The TimesTen Scaleout membership service performs the following:
Tracking the instance status. This helps instances maintain communication between each other.
Recovering from a network partition error, once the communications fault is fixed.
A grid is a collection of instances that reside on multiple hosts that communicate over a single private network. The membership service knows which instances are active. When each instance starts, it connects to a membership server within the membership service to register itself, as shown in Figure 3-1. If one of the membership servers fails, the instances that were connected to the failed membership server transparently reconnect to one of the available membership servers.
Figure 3-1 Instances register with the membership servers
Each instance maintains a persistent connection to one of the membership servers, so that it can query the active instance list. If the network between the membership servers and the instances is down, the instances refuse to perform until the network is fixed and communication is restored with the membership servers.
Figure 3-2 demonstrates how data instances in a grid connect to each other, where each data instance connects to every other data instance in a grid. It also shows how each data instance in this example maintains a persistent connection with one of the membership servers.
Figure 3-2 Data instances communicating with each other
If a data instance loses a connection to another instance, it queries the active instance list on its membership server to verify if the "lost" instance is up. If the "lost" instance is up, then the data instance makes an effort to re-establish a connection with that instance. Otherwise, to avoid unnecessary delays, no further attempts are made to establish communication to the "lost" instance.
When a "lost" instance restarts, it registers itself with the membership service and proactively informs all other instances in a grid that it is up. When it is properly synchronized with the rest of a grid, the recovered instance is once again used to process transactions from applications.
In Figure 3-3, the host1
data instance is not up. If the host2
data instance tries to communicate with the host1
data instance, it discovers a broken connection. The host2
data instance queries the active instance list on its membership server, which informs it that the host1
data instance is not on the active instance list. If the host1
data instance comes back up, it registers itself again with the membership service, which then includes it in the list of active instances in this grid.
Figure 3-3 Instance reacts to a dead connection
A network partition error splits the instances involved in a single grid into two subsets. With a network partition error, each subset of instances is unable to communicate with the other subset of instances.
Figure 3-4 shows a network partition that would return inconsistent results to application queries without the membership service, since the application could access one subset of instances without being able to contact the disconnected subset of instances. Any updates made to one subset of instances would not be reflected in the other subset. If an application connects to the host1
data instance, then the query returns results from the host1
and host3
data instances; but any data that resides on the host2
and host4
data instances is not available because there is no connection between the two subsets.

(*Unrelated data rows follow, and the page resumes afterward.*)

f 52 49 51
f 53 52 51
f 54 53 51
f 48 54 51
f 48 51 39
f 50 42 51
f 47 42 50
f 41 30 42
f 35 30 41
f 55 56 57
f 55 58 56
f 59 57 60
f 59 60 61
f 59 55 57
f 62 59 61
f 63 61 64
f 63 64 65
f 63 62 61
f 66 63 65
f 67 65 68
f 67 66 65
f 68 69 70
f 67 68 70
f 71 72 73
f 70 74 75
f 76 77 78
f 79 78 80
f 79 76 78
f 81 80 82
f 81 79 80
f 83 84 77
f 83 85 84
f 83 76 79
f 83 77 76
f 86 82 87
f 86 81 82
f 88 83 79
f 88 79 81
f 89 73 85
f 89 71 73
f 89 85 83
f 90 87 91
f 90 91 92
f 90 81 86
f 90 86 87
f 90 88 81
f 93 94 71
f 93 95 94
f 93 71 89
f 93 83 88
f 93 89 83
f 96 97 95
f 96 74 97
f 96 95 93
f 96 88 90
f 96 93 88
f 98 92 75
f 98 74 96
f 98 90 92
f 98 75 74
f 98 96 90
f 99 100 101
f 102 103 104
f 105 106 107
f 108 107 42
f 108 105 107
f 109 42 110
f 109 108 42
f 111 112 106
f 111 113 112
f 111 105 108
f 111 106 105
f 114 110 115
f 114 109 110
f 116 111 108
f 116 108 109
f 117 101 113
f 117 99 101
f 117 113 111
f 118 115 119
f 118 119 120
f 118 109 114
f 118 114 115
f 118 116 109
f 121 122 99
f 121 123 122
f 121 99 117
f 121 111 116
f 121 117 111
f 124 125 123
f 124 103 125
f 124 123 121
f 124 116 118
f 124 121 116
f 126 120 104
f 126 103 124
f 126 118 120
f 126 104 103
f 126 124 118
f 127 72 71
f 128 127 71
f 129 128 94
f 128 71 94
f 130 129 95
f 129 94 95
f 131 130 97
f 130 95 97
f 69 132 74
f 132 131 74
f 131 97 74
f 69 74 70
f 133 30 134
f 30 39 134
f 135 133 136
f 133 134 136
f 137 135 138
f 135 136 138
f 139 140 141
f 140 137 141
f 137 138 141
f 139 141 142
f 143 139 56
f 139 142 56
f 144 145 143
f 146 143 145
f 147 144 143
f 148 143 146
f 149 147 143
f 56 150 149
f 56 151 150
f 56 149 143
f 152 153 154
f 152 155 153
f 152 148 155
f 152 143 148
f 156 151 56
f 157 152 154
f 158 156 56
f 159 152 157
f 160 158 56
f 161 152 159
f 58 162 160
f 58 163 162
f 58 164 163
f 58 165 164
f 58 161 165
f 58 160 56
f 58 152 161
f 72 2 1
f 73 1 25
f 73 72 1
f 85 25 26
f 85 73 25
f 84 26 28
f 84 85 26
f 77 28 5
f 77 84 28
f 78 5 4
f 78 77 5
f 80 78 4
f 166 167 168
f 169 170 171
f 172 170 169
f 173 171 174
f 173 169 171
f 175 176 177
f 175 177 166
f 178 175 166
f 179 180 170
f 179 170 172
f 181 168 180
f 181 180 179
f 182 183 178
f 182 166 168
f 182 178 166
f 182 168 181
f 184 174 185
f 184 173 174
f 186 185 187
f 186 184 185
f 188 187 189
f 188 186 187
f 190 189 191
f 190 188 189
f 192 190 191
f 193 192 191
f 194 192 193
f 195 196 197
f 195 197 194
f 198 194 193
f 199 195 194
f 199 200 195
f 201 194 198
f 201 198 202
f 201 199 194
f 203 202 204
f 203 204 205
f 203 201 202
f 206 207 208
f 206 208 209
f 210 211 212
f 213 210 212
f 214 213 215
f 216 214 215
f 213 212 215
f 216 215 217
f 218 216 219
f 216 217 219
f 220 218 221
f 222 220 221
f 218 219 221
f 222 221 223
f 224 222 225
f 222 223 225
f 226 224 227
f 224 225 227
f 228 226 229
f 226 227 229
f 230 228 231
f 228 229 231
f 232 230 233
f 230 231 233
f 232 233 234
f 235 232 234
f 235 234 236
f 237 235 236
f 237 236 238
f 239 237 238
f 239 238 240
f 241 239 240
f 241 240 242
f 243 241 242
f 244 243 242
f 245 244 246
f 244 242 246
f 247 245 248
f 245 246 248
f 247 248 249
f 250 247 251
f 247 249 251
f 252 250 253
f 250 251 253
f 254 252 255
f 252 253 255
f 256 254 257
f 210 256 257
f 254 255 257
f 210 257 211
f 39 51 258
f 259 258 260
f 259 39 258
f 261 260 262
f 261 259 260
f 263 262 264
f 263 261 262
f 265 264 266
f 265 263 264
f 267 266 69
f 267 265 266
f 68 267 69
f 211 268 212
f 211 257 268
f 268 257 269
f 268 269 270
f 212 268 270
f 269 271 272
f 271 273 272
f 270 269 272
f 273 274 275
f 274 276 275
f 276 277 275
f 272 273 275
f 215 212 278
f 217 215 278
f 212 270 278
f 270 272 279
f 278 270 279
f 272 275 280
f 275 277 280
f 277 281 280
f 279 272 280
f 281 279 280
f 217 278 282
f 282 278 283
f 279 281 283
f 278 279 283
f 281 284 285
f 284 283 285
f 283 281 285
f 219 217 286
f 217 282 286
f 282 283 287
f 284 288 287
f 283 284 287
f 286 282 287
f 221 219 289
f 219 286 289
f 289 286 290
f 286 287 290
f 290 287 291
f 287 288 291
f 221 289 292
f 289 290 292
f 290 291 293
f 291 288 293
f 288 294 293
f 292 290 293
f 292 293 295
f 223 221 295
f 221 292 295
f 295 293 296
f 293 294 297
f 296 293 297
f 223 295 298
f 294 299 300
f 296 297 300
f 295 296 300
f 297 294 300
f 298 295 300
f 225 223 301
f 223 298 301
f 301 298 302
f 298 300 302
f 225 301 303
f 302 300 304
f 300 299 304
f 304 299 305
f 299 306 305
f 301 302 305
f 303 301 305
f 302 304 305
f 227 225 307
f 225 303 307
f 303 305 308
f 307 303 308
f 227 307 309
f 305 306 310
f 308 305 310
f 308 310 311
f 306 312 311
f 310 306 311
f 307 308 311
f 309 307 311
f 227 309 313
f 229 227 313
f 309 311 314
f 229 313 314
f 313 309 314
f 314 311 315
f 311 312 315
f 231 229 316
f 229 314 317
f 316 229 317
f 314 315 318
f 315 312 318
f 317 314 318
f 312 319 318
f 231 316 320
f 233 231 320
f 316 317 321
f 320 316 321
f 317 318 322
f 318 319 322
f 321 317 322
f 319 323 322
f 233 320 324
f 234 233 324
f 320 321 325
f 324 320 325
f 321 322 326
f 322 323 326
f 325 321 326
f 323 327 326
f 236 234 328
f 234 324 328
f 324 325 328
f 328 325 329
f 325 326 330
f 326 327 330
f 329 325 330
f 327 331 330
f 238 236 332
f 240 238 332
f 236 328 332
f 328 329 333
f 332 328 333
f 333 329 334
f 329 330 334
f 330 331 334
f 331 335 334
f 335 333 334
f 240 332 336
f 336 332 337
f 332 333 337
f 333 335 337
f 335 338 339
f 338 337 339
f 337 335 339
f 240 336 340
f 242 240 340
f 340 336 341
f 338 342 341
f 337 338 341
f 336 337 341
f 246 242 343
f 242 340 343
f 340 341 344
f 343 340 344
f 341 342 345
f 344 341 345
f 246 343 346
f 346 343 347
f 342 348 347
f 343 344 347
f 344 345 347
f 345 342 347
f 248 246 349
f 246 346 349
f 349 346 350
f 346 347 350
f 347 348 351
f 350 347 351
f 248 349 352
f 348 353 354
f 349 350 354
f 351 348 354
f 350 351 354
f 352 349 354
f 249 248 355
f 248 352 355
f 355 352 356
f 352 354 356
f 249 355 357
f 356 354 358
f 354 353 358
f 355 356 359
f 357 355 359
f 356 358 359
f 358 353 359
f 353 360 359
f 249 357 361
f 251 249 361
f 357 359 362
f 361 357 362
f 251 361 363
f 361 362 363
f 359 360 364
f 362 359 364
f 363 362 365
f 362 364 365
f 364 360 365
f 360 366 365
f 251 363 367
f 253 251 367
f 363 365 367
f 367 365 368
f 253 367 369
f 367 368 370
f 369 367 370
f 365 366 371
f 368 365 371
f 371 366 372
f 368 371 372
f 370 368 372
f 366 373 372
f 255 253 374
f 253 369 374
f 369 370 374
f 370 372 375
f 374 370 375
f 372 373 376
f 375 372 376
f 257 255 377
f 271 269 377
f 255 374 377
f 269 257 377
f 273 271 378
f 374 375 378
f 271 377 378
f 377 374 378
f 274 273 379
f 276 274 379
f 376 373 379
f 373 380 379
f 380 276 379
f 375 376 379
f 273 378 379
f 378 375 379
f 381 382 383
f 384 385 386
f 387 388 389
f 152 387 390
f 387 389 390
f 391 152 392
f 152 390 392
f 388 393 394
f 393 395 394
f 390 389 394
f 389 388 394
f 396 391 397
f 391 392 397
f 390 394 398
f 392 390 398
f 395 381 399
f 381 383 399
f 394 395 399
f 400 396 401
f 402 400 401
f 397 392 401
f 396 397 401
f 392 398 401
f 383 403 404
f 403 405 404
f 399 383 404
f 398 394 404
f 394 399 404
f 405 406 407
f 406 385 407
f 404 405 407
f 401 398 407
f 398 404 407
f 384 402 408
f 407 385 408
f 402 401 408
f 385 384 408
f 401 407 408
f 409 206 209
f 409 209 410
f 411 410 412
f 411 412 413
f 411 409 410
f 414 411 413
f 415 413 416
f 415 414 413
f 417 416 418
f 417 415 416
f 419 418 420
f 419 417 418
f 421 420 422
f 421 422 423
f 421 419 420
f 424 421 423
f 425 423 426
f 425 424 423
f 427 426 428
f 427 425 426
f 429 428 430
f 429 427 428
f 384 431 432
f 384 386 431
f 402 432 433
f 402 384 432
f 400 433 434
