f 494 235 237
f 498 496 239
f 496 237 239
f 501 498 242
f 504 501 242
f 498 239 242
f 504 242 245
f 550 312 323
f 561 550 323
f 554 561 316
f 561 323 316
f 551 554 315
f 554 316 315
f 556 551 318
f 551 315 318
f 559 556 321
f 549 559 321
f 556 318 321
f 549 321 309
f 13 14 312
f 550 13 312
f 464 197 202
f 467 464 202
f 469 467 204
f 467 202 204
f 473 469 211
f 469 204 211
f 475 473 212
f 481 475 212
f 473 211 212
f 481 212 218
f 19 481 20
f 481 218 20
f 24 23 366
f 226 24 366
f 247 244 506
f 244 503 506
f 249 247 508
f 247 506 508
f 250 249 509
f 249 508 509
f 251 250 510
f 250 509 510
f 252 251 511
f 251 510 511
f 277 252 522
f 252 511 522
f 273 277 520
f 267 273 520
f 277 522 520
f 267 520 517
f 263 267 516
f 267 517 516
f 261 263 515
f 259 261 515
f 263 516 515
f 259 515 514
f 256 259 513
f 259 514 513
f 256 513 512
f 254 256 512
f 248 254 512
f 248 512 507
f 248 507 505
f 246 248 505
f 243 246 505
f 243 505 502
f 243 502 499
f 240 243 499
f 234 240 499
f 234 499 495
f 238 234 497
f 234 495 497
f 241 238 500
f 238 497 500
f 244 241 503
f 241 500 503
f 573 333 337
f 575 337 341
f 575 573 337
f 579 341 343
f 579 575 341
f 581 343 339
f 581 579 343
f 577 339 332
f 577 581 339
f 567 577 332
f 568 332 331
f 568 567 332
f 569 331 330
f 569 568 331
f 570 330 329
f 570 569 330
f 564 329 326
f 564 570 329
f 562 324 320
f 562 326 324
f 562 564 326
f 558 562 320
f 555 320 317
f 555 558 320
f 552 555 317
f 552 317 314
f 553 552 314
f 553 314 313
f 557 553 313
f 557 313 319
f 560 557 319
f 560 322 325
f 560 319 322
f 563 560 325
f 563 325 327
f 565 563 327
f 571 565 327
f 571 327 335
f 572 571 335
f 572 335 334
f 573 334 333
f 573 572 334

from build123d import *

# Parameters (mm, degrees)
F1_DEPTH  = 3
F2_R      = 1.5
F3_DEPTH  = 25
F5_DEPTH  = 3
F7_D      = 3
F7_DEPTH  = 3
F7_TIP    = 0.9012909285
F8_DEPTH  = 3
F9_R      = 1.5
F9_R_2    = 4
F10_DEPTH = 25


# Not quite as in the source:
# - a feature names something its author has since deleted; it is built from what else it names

If you encounter a network partition, the membership service provides a resolution. Figure 3-5 shows a grid with four instances and three membership servers. A network communications error has split a grid into two subsets where host1
and host3
no longer know about or communicate with host2
and host4
. In addition, the ms_host1
membership server is not in communication with the other two membership servers.
For the membership service to work properly to manage the status of a grid, there must be a majority of active membership servers of the total servers created that can communicate with each other in order to work properly. If a membership server fails, the others continue to serve requests as long as a majority is available.
For example:
A membership service that consists of three membership servers can handle one membership server failure.
A membership service of five membership servers can handle two membership server failures.
A membership service of six membership servers can handle only two failures since three membership servers are not a majority.
Note:
When you configure the number of membership servers, you should always create an odd number of membership servers to serve as the membership service. If you have an even number of membership servers and a network partition error occurs, then each subset of a grid might have the same number of membership servers where neither side would have a majority. Thus, both sides of the network partitioned grid would stop working.If the number of remaining membership servers falls below the number needed for a majority, the remaining membership servers refuse all requests until at least a majority of membership servers are running. In addition, data instances that cannot communicate with the membership service cannot execute any transactions. You must research the failure issue and restart any failed membership servers.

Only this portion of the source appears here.